-- Material for this task --

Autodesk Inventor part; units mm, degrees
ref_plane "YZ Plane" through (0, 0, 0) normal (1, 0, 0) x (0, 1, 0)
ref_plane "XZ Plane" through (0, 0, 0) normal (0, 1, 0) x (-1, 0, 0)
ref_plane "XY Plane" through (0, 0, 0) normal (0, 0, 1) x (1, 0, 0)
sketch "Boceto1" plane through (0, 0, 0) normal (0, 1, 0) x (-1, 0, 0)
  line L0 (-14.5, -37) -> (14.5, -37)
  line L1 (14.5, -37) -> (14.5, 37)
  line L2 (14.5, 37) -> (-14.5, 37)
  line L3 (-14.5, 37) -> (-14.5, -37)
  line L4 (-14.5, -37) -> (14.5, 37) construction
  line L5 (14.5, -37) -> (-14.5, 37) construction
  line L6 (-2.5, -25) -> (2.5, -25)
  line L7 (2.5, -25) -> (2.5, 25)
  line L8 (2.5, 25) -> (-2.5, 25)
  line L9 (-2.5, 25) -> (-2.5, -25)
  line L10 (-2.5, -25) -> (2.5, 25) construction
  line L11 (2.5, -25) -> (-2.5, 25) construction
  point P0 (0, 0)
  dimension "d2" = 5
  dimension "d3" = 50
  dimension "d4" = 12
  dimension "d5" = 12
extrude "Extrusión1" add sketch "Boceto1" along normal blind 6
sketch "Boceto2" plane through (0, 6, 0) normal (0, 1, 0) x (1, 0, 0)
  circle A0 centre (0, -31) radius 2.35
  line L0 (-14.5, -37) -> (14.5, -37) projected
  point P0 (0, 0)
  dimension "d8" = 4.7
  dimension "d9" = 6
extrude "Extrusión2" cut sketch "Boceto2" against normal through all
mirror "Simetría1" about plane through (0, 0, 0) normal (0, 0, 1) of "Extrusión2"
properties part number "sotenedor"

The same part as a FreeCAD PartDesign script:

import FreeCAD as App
import Part
import Sketcher
from FreeCAD import Vector
Q = App.Units.Quantity


def add_polygon(sketch, points):
    """Adds a closed chain of lines whose ends are joined by coincident constraints."""
    first, n = sketch.GeometryCount, len(points)
    for a, b in zip(points, points[1:] + points[:1]):
        sketch.addGeometry(Part.LineSegment(App.Vector(*a, 0), App.Vector(*b, 0)), False)
    for i in range(n):
        sketch.addConstraint(Sketcher.Constraint("Coincident", first + i, 2, first + (i + 1) % n, 1))

doc = App.newDocument("Part")
body = doc.addObject("PartDesign::Body", "Body")

# Sketch on XZ plane
sketch1 = body.newObject("Sketcher::SketchObject", "Sketch")
sketch1.AttachmentSupport = (doc.getObject("XZ_Plane"), [""])
sketch1.MapMode = "FlatFace"
add_polygon(sketch1, [(14, 37), (14, -37), (-14, -37), (-14, 37)])  # lines 0-3
add_polygon(sketch1, [(-2, -25), (2, -25), (2, 25), (-2, 25)])  # lines 4-7
sketch1.addConstraint(Sketcher.Constraint("Vertical", 0))
sketch1.addConstraint(Sketcher.Constraint("Horizontal", 1))
sketch1.addConstraint(Sketcher.Constraint("Vertical", 2))
sketch1.addConstraint(Sketcher.Constraint("Horizontal", 3))
sketch1.addConstraint(Sketcher.Constraint("Horizontal", 4))
sketch1.addConstraint(Sketcher.Constraint("Vertical", 5))
sketch1.addConstraint(Sketcher.Constraint("Horizontal", 6))
sketch1.addConstraint(Sketcher.Constraint("Vertical", 7))
sketch1.addConstraint(Sketcher.Constraint("Symmetric", 0, 2, 2, 2, -1, 1))
sketch1.addConstraint(Sketcher.Constraint("Symmetric", 4, 2, 6, 2, -1, 1))
sketch1.addConstraint(Sketcher.Constraint("DistanceX", 4, 1, 4, 2, Q("5 mm")))
sketch1.addConstraint(Sketcher.Constraint("DistanceY", 5, 1, 5, 2, Q("50 mm")))
sketch1.addConstraint(Sketcher.Constraint("DistanceX", 4, 2, 0, 2, Q("12 mm")))
sketch1.addConstraint(Sketcher.Constraint("DistanceY", 0, 2, 4, 2, Q("12 mm")))
pad1 = body.newObject("PartDesign::Pad", "Pad")
pad1.Profile = sketch1
pad1.Length = 6
pad1.Reversed = True

# Sketch on XZ plane
sketch2 = body.newObject("Sketcher::SketchObject", "Sketch001")
sketch2.AttachmentSupport = (doc.getObject("XZ_Plane"), [""])
sketch2.MapMode = "FlatFace"
sketch2.AttachmentOffset = App.Placement(Vector(0, 0, -6), App.Rotation())
sketch2.addGeometry(Part.Circle(Vector(0, 31, 0), Vector(0, 0, 1), 2.4), False)
sketch2.addConstraint(Sketcher.Constraint("PointOnObject", 0, 3, -2))
sketch2.addConstraint(Sketcher.Constraint("Diameter", 0, Q("4.7 mm")))
sketch2.addConstraint(Sketcher.Constraint("DistanceY", -1, 1, 0, 3, Q("31 mm")))
pocket1 = body.newObject("PartDesign::Pocket", "Pocket")
pocket1.Profile = sketch2
pocket1.Type = "ThroughAll"
pocket1.Reversed = True
doc.recompute()

mirrored = body.newObject("PartDesign::Mirrored", "Mirrored")
mirrored.Originals = [pocket1]
mirrored.MirrorPlane = (doc.getObject("XY_Plane"), [""])
body.Tip = mirrored

doc.recompute()
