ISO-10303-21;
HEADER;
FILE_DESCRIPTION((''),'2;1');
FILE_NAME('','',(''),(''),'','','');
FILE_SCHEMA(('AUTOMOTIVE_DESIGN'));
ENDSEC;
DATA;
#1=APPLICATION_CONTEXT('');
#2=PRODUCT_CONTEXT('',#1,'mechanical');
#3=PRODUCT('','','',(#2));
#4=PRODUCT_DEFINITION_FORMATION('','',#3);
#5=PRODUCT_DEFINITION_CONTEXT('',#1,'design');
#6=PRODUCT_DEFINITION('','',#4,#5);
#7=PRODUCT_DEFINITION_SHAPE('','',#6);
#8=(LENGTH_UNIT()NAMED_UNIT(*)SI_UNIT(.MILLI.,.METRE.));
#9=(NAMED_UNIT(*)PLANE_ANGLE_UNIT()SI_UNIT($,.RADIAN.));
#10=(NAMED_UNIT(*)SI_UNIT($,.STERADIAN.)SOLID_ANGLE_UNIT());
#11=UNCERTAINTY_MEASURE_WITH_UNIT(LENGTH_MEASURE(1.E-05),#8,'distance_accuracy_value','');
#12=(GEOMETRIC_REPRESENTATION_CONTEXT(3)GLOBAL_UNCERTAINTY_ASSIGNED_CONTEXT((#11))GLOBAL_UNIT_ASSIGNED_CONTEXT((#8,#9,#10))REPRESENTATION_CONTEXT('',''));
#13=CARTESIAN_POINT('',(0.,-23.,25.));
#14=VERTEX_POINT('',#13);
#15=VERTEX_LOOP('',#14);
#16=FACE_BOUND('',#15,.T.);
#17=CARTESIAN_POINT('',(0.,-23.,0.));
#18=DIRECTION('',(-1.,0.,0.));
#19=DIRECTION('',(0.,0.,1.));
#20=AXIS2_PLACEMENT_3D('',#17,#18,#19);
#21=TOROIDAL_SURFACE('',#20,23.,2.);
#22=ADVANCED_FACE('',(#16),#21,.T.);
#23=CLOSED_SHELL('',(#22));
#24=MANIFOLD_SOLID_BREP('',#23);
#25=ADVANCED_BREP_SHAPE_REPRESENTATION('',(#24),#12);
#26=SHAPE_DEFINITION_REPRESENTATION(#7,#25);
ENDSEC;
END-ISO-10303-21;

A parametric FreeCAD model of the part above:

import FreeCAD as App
import Part
import Sketcher
from FreeCAD import Vector
Q = App.Units.Quantity

doc = App.newDocument("Part")
body = doc.addObject("PartDesign::Body", "Body")

# Sketch on XY plane
sketch1 = doc.addObject("Sketcher::SketchObject", "Sketch")
body.addObject(sketch1)
sketch1.AttachmentSupport = (doc.XY_Plane, [""])
sketch1.MapMode = "FlatFace"
sketch1.addGeometry(Part.Circle(Vector(0, 0, 0), Vector(0, 0, 1), 2), False)
sketch1.addGeometry(Part.LineSegment(Vector(0, -23, 0), Vector(10, -23, 0)), True)  # axis
sketch1.addConstraint(Sketcher.Constraint("Horizontal", 1))
sketch1.addConstraint(Sketcher.Constraint("Coincident", 0, 3, -1, 1))
sketch1.addConstraint(Sketcher.Constraint("PointOnObject", 1, 1, -2))
sketch1.addConstraint(Sketcher.Constraint("Diameter", 0, Q("4 mm")))
sketch1.addConstraint(Sketcher.Constraint("DistanceX", 1, 1, 1, 2, Q("10 mm")))
sketch1.addConstraint(Sketcher.Constraint("DistanceY", 1, 1, -1, 1, Q("23 mm")))
revolution = doc.addObject("PartDesign::Revolution", "Revolution")
body.addObject(revolution)
revolution.Profile = sketch1
revolution.ReferenceAxis = (sketch1, ["Axis0"])
revolution.Angle = 360

doc.recompute()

-- What is required --
Here the job is to transcribe the lines from the first line of the data through the line containing "The same part", inclusive, exactly and with nothing else.

-- Answer --
Autodesk Inventor part; units mm, degrees
ref_plane "YZ Plane" through (0, 0, 0) normal (1, 0, 0) x (0, 1, 0)
ref_plane "XZ Plane" through (0, 0, 0) normal (0, 1, 0) x (-1, 0, 0)
ref_plane "XY Plane" through (0, 0, 0) normal (0, 0, 1) x (1, 0, 0)
sketch "Boceto1" plane through (0, 0, 0) normal (0, 1, 0) x (-1, 0, 0)
  line L0 (-14.5, -37) -> (14.5, -37)
  line L1 (14.5, -37) -> (14.5, 37)
  line L2 (14.5, 37) -> (-14.5, 37)
  line L3 (-14.5, 37) -> (-14.5, -37)
  line L4 (-14.5, -37) -> (14.5, 37) construction
  line L5 (14.5, -37) -> (-14.5, 37) construction
  line L6 (-2.5, -25) -> (2.5, -25)
  line L7 (2.5, -25) -> (2.5, 25)
  line L8 (2.5, 25) -> (-2.5, 25)
  line L9 (-2.5, 25) -> (-2.5, -25)
  line L10 (-2.5, -25) -> (2.5, 25) construction
  line L11 (2.5, -25) -> (-2.5, 25) construction
  point P0 (0, 0)
  dimension "d2" = 5
  dimension "d3" = 50
  dimension "d4" = 12
  dimension "d5" = 12
extrude "Extrusión1" add sketch "Boceto1" along normal blind 6
sketch "Boceto2" plane through (0, 6, 0) normal (0, 1, 0) x (1, 0, 0)
  circle A0 centre (0, -31) radius 2.35
  line L0 (-14.5, -37) -> (14.5, -37) projected
  point P0 (0, 0)
  dimension "d8" = 4.7
  dimension "d9" = 6
extrude "Extrusión2" cut sketch "Boceto2" against normal through all
mirror "Simetría1" about plane through (0, 0, 0) normal (0, 0, 1) of "Extrusión2"
properties part number "sotenedor"

The same part as a FreeCAD PartDesign script:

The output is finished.